My epiphany came with "The Tailor's Twist" which opened my ears to - again in my opinion, please feel free to disagree! - a hornpipe which has a really arresting melody and which feels delightful to play.  Others which I've since been drawn to include "The Showman's Fancy" - one of my all-time "go to" tunes and I was bowled over by John Carty's rendering of "The Harp And Shamrock" - one of those tunes which, once heard, had me itching to learn it!  The second track in the video below...

https://www.youtube.com/watch?v=lEKSV-DLmq4

But I really have to commend one of the most electrifying pieces of music I've heard in many years of listening to and playing the tunes.  James Kellys' version of "The Stage/The Western Hornpipe" with Daithi Sproule on guitar.  Simply spellbinding.  I must have listened to this recording a thousand times and it never gets old!

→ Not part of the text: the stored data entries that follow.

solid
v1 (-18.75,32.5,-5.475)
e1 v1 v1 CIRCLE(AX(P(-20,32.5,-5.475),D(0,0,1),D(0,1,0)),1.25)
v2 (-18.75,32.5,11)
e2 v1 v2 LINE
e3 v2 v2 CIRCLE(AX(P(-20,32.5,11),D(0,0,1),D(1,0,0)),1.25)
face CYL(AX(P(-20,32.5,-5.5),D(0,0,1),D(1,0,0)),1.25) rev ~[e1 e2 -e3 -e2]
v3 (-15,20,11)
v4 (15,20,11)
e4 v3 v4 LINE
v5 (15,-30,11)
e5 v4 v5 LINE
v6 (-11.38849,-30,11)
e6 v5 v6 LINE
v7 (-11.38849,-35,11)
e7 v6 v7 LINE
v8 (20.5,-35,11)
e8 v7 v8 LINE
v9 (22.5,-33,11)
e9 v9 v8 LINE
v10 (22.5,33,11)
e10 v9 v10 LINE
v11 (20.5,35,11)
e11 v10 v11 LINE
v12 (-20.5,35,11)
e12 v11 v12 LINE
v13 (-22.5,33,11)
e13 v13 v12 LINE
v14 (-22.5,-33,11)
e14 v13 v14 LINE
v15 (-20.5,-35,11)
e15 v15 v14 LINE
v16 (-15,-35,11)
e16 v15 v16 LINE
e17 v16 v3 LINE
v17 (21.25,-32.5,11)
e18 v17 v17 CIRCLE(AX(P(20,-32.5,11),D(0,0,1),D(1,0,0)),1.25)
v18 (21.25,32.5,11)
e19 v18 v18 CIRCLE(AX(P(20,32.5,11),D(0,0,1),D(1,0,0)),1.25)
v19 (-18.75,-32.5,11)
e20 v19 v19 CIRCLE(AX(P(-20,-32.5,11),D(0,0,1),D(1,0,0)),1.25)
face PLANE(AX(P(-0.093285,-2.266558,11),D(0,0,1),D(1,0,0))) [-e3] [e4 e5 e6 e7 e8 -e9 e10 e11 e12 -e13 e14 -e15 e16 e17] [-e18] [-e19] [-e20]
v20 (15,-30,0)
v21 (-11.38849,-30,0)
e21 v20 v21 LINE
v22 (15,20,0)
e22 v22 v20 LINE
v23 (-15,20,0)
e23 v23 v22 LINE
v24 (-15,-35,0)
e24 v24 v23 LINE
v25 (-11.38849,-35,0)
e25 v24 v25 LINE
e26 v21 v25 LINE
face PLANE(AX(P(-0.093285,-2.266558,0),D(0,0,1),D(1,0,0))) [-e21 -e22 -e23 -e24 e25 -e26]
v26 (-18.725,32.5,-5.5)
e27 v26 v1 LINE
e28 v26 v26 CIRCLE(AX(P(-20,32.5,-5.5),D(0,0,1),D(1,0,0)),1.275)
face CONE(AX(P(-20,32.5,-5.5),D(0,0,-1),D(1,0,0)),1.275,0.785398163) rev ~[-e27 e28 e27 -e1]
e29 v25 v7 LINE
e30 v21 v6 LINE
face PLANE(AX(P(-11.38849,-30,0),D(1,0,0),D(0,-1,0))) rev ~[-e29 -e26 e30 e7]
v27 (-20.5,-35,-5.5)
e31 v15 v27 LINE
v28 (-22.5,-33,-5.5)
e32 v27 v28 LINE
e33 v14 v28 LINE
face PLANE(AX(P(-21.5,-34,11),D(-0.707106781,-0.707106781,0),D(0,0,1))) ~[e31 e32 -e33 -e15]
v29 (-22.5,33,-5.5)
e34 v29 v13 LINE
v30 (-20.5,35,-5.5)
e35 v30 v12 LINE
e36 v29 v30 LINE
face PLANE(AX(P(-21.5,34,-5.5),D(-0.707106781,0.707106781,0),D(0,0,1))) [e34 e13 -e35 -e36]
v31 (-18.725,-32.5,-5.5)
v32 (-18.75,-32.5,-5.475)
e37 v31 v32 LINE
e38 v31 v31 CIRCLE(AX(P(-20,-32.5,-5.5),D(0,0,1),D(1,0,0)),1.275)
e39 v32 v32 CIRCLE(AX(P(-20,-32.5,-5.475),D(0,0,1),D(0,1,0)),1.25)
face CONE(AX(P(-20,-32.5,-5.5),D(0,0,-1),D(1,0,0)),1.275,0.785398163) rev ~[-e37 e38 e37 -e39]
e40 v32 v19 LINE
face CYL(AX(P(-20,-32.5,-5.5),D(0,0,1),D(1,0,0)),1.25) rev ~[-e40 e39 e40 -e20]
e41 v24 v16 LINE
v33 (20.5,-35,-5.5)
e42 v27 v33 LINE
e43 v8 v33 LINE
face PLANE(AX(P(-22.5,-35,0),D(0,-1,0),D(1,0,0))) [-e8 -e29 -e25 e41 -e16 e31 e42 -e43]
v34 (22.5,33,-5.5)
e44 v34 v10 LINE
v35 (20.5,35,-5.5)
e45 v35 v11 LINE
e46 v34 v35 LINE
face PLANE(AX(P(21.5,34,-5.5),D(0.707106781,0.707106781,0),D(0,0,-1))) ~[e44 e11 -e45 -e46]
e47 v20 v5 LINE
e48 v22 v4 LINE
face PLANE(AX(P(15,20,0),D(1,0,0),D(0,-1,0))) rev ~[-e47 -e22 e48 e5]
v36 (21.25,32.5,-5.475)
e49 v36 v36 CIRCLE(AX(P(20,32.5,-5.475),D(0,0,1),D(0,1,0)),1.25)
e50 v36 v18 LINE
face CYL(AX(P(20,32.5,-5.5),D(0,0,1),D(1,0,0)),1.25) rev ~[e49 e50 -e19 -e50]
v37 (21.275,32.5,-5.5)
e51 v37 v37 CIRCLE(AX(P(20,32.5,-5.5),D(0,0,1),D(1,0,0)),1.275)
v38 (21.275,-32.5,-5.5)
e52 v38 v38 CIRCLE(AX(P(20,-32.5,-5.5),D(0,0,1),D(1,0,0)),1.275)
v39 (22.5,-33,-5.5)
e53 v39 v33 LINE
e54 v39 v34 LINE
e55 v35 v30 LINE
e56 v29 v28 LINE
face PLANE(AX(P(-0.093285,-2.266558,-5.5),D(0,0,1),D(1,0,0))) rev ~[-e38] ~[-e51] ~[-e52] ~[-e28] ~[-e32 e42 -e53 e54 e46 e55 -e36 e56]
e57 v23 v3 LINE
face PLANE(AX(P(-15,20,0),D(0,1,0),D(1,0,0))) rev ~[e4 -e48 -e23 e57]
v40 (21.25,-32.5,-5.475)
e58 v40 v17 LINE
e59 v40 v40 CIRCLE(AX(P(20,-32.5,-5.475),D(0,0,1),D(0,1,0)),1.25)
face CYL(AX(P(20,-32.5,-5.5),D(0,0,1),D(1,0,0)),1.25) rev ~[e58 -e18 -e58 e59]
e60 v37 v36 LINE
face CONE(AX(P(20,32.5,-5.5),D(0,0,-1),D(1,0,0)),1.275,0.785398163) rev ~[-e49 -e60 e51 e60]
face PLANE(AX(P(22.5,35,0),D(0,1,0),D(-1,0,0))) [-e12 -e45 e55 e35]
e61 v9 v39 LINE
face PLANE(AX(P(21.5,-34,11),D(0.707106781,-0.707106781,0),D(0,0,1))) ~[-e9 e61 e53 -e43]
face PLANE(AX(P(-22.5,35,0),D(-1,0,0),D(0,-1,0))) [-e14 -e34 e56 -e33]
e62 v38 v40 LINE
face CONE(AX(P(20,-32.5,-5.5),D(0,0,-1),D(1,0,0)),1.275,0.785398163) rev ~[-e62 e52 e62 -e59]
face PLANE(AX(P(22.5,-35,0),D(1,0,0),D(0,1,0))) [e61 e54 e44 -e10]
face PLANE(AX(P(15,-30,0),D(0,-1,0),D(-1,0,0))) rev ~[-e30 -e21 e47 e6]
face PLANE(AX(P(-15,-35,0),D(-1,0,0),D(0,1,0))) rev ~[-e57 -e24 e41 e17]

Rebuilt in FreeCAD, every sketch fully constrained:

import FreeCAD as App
import Part
import Sketcher
from FreeCAD import Vector


def edges_at(feature, points):
    """Names of the edges that pass closest to the given points."""
    edges = feature.Shape.Edges
    near = lambda p: min(range(len(edges)), key=lambda i: edges[i].distToShape(Part.Vertex(*p))[0])
    return sorted({f"Edge{near(p) + 1}" for p in points})


def add_polygon(sketch, points):
    """Adds a closed chain of lines whose ends are joined by coincident constraints."""
    first, n = sketch.GeometryCount, len(points)
    for a, b in zip(points, points[1:] + points[:1]):
        sketch.addGeometry(Part.LineSegment(App.Vector(*a, 0), App.Vector(*b, 0)), False)
    for i in range(n):
        sketch.addConstraint(Sketcher.Constraint("Coincident", first + i, 2, first + (i + 1) % n, 1))

doc = App.newDocument("Part")
body = doc.addObject("PartDesign::Body", "Body")

sketch1 = body.newObject("Sketcher::SketchObject", "Sketch")
sketch1.AttachmentSupport = (doc.getObject("XY_Plane"), [""])
sketch1.MapMode = "FlatFace"
add_polygon(sketch1, [(-11.38849, -35), (22.5, -35), (22.5, 35), (-22.5, 35), (-22.5, -35), (-15, -35), (-15, 20), (15, 20), (15, -30), (-11.38849, -30)])
sketch1.addConstraint([
    Sketcher.Constraint("Horizontal", 0),
    Sketcher.Constraint("Vertical", 1),
    Sketcher.Constraint("Horizontal", 2),
    Sketcher.Constraint("Vertical", 3),
    Sketcher.Constraint("Horizontal", 4),
    Sketcher.Constraint("Vertical", 5),
    Sketcher.Constraint("Horizontal", 6),
    Sketcher.Constraint("Vertical", 7),
    Sketcher.Constraint("Horizontal", 8),
    Sketcher.Constraint("Vertical", 9),
    Sketcher.Constraint("Symmetric", 0, 2, 2, 2, -1, 1),
    Sketcher.Constraint("Horizontal", 0, 2, 3, 2),
    Sketcher.Constraint("DistanceX", 2, 2, 2, 1, 45.0),
    Sketcher.Constraint("DistanceX", 6, 1, 6, 2, 30.0),
    Sketcher.Constraint("DistanceY", 1, 1, 1, 2, 70.0),
    Sketcher.Constraint("DistanceY", 5, 1, 5, 2, 55.0),
    Sketcher.Constraint("DistanceY", 7, 2, 7, 1, 50.0),
    Sketcher.Constraint("DistanceX", 4, 1, 4, 2, 7.5),
    Sketcher.Constraint("DistanceX", 0, 1, 0, 2, 33.88849),
])
pad1 = body.newObject("PartDesign::Pad", "Pad")
pad1.Profile = sketch1
pad1.Length = 11

sketch2 = body.newObject("Sketcher::SketchObject", "Sketch001")
sketch2.AttachmentSupport = (doc.getObject("XY_Plane"), [""])
sketch2.MapMode = "FlatFace"
add_polygon(sketch2, [(22.5, -35), (22.5, 35), (-22.5, 35), (-22.5, -35)])
sketch2.addConstraint([
    Sketcher.Constraint("Vertical", 0),
    Sketcher.Constraint("Horizontal", 1),
    Sketcher.Constraint("Vertical", 2),
    Sketcher.Constraint("Horizontal", 3),
    Sketcher.Constraint("Symmetric", 0, 2, 2, 2, -1, 1),
    Sketcher.Constraint("DistanceX", 1, 2, 1, 1, 45.0),
    Sketcher.Constraint("DistanceY", 0, 1, 0, 2, 70.0),
])
pad2 = body.newObject("PartDesign::Pad", "Pad001")
pad2.Profile = sketch2
pad2.Length = 5.5
pad2.Reversed = True

sketch3 = body.newObject("Sketcher::SketchObject", "Sketch002")
sketch3.AttachmentSupport = (doc.getObject("XY_Plane"), [""])
sketch3.MapMode = "FlatFace"
sketch3.AttachmentOffset = App.Placement(Vector(0, 0, -5.5), App.Rotation())
sketch3.addGeometry([
    Part.Circle(Vector(-20, 32.5, 0), Vector(0, 0, 1), 1.25),
    Part.Circle(Vector(20, 32.5, 0), Vector(0, 0, 1), 1.25),
    Part.Circle(Vector(20, -32.5, 0), Vector(0, 0, 1), 1.25),
    Part.Circle(Vector(-20, -32.5, 0), Vector(0, 0, 1), 1.25),
], False)
sketch3.addConstraint([
    Sketcher.Constraint("Equal", 0, 1),
    Sketcher.Constraint("Equal", 1, 2),
    Sketcher.Constraint("Equal", 2, 3),
    Sketcher.Constraint("Symmetric", 0, 3, 2, 3, -1, 1),
    Sketcher.Constraint("Symmetric", 1, 3, 3, 3, -1, 1),
    Sketcher.Constraint("Symmetric", 0, 3, 1, 3, -2),
    Sketcher.Constraint("Diameter", 0, 2.5),
    Sketcher.Constraint("DistanceX", 0, 3, -1, 1, 20.0),
    Sketcher.Constraint("DistanceY", 2, 3, 1, 3, 65.0),
])
doc.recompute()
hole = body.newObject("PartDesign::Hole", "Hole")
hole.Profile = sketch3
hole.ThreadType = "None"
hole.Diameter = 2.5
hole.DepthType = "ThroughAll"
hole.HoleCutType = "Countersink"
hole.HoleCutDiameter = 2.55
hole.HoleCutCountersinkAngle = 90
hole.Reversed = True
doc.recompute()

chamfer = body.newObject("PartDesign::Chamfer", "Chamfer")
chamfer.Base = (hole, edges_at(hole, [
    (-22.5, -35, 2.75),
    (-22.5, 35, 2.75),
    (22.5, 35, 2.75),
    (22.5, -35, 2.75),
]))
chamfer.Size = 2

doc.recompute()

https://www.youtube.com/watch?v=zWBdayMTBE8

----------

Jill McAuley, 

Simon DS, 

whistler

----------


## foldedpath

Just echoing what others have said above, there doesn't seem to be a hard and fast rule for hornpipes with regard to a dotted feel, or bounce as I think of it. Some hornpipes seem to "want" a steadier rhythm like those minor key ones I posted in the other thread. Others benefit from it. I can't imagine playing Off to California without at least a little of a dotted feel. 

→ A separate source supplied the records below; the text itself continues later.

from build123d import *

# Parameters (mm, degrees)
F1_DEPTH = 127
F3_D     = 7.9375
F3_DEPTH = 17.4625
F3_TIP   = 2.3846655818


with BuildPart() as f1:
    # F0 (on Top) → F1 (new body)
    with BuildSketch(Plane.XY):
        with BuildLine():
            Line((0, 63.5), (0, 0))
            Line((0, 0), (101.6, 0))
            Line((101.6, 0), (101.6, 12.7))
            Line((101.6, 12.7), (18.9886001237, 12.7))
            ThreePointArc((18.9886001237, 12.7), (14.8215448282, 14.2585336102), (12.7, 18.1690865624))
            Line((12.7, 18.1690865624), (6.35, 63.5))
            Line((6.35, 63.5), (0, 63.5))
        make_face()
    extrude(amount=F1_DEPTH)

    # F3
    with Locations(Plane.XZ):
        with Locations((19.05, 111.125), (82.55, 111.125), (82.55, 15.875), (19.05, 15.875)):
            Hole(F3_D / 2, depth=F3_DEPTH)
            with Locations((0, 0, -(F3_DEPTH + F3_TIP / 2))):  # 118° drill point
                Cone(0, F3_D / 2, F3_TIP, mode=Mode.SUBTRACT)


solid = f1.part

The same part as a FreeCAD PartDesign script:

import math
import FreeCAD as App
import Part
import Sketcher

V = App.Vector
Q = App.Units.Quantity

doc = App.newDocument("Part")
body = doc.addObject("PartDesign::Body", "Body")

# Sketch on XY plane
sketch1 = body.newObject("Sketcher::SketchObject", "Sketch")
sketch1.AttachmentSupport = (doc.getObject("XY_Plane"), [""])
sketch1.MapMode = "FlatFace"
sketch1.addGeometry(Part.LineSegment(V(0, 64, 0), V(0, 0, 0)), False)
sketch1.addGeometry(Part.LineSegment(V(0, 0, 0), V(102, 0, 0)), False)
sketch1.addGeometry(Part.LineSegment(V(102, 0, 0), V(102, 13, 0)), False)
sketch1.addGeometry(Part.LineSegment(V(102, 13, 0), V(19, 13, 0)), False)
sketch1.addGeometry(Part.ArcOfCircle(Part.Circle(V(19, 19, 0), V(0, 0, 1), 6), math.radians(-172), math.radians(-90)), False)
sketch1.addGeometry(Part.LineSegment(V(13, 18, 0), V(6, 64, 0)), False)
sketch1.addGeometry(Part.LineSegment(V(6, 64, 0), V(0, 64, 0)), False)
sketch1.addConstraint(Sketcher.Constraint("Coincident", 0, 2, 1, 1))
sketch1.addConstraint(Sketcher.Constraint("Coincident", 1, 2, 2, 1))
sketch1.addConstraint(Sketcher.Constraint("Coincident", 2, 2, 3, 1))
sketch1.addConstraint(Sketcher.Constraint("Tangent", 3, 2, 4, 2))
sketch1.addConstraint(Sketcher.Constraint("Tangent", 4, 1, 5, 1))
sketch1.addConstraint(Sketcher.Constraint("Coincident", 5, 2, 6, 1))
sketch1.addConstraint(Sketcher.Constraint("Coincident", 6, 2, 0, 1))
sketch1.addConstraint(Sketcher.Constraint("Vertical", 0))
sketch1.addConstraint(Sketcher.Constraint("Horizontal", 1))
sketch1.addConstraint(Sketcher.Constraint("Vertical", 2))
sketch1.addConstraint(Sketcher.Constraint("Horizontal", 3))
sketch1.addConstraint(Sketcher.Constraint("Horizontal", 6))
sketch1.addConstraint(Sketcher.Constraint("Coincident", 0, 2, -1, 1))
sketch1.addConstraint(Sketcher.Constraint("DistanceX", 1, 1, 1, 2, Q("4 in")))
sketch1.addConstraint(Sketcher.Constraint("Radius", 4, Q("0.25 in")))
sketch1.addConstraint(Sketcher.Constraint("DistanceY", 0, 2, 0, 1, Q("2.5 in")))
sketch1.addConstraint(Sketcher.Constraint("DistanceY", 2, 1, 2, 2, Q("0.5 in")))
sketch1.addConstraint(Sketcher.Constraint("DistanceX", 6, 2, 6, 1, Q("0.25 in")))
sketch1.addConstraint(Sketcher.Constraint("DistanceX", -1, 1, 4, 1, Q("0.5 in")))
pad1 = body.newObject("PartDesign::Pad", "Pad")
pad1.Profile = sketch1
pad1.Length = Q("5 in")

# Sketch on XZ plane
sketch2 = body.newObject("Sketcher::SketchObject", "Sketch001")
sketch2.AttachmentSupport = (doc.getObject("XZ_Plane"), [""])
sketch2.MapMode = "FlatFace"
sketch2.addGeometry(Part.Circle(V(19.1, 111.1, 0), V(0, 0, 1), 4), False)
sketch2.addGeometry(Part.Circle(V(82.5, 111.1, 0), V(0, 0, 1), 4), False)
sketch2.addGeometry(Part.Circle(V(82.5, 15.9, 0), V(0, 0, 1), 4), False)
sketch2.addGeometry(Part.Circle(V(19.1, 15.9, 0), V(0, 0, 1), 4), False)
sketch2.addConstraint(Sketcher.Constraint("Equal", 0, 1))
sketch2.addConstraint(Sketcher.Constraint("Equal", 1, 2))
sketch2.addConstraint(Sketcher.Constraint("Equal", 2, 3))
sketch2.addConstraint(Sketcher.Constraint("Horizontal", 0, 3, 1, 3))
sketch2.addConstraint(Sketcher.Constraint("Horizontal", 2, 3, 3, 3))
sketch2.addConstraint(Sketcher.Constraint("Vertical", 1, 3, 2, 3))
sketch2.addConstraint(Sketcher.Constraint("Vertical", 0, 3, 3, 3))
sketch2.addConstraint(Sketcher.Constraint("Diameter", 0, Q("0.3125 in")))
sketch2.addConstraint(Sketcher.Constraint("DistanceX", 0, 3, 1, 3, Q("2.5 in")))
sketch2.addConstraint(Sketcher.Constraint("DistanceX", -1, 1, 0, 3, Q("0.75 in")))
sketch2.addConstraint(Sketcher.Constraint("DistanceY", 2, 3, 1, 3, Q("3.75 in")))
sketch2.addConstraint(Sketcher.Constraint("DistanceY", -1, 1, 0, 3, Q("4.375 in")))
doc.recompute()
hole = body.newObject("PartDesign::Hole", "Hole")
hole.Profile = sketch2
hole.ThreadType = "None"
hole.Diameter = Q("0.3125 in")
hole.DepthType = "Dimension"
hole.Depth = Q("0.6875 in")
hole.DrillPoint = "Angled"
hole.DrillPointAngle = 118

doc.recompute()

I've always liked this old clip below from 1963, the Liverpool Hornpipe with a single fiddler and a dancer. Partly it's the slower tempo than we usually play them in a session, allowing for all that intricate footwork from the dancer. But also for the contrast between the straight-ahead playing of the fiddle and the footwork. I can almost hear a dotted feel or bounce in the dancer's feet against that steady fiddle playing. Maybe the reason we sometimes like a little bounce when playing hornpipes is because we don't have the dancers doing it for us?

----------

Aidan Crossey, 

DavidKOS, 

Jonathan Reinhardt, 

whistler

----------


## whistler

@Aidan Crossey: No, it's not just you.  The Tailor's Twist is a beautiful tune, with a beautifully fitting title - and The Showman's Fancy has a nice lightness to it.  I've just listened to the John Carty track and am spellbound (although that has as much to do with the playing as with the tunes) - the second tune especially gets me.  I will check out the other link...

----------

Aidan Crossey

----------


## HonketyHank

I am enjoying all the examples and listening to the seemingly unanimous opinion saying "it varies". :Smile:  Thanks for all the above. There seem to be some real masters in the links above.

----------

Aidan Crossey

----------


## wormpicker

In Appalachian old-time music, many (maybe most) standards that have “hornpipe” in their title usually aren’t played with much of a hornpipe rhythm.  I’m thinking of some of the most often played tunes, like Fishar’s Hornpipe, Sailors Hornpipe, Durang’s Hornpipe. Most jams usually play them pretty straight.

----------

Aidan Crossey

----------


## Randi Gormley

Lass on the Strand is another hornpipe that's loads of fun to play, lots of arpeggios. I was going to mention the difference between the bluegrass/old time hornpipe rhythm and that of ITM (or at least the ITM I'm familiar with), but wormpicker got there first. I once heard that there were two different hornpipe rhythms (bouncy and smooth) and proponents of either type simply cannot play with people who play the other! I've also heard the slower the hornpipe, the more steps you can put to them.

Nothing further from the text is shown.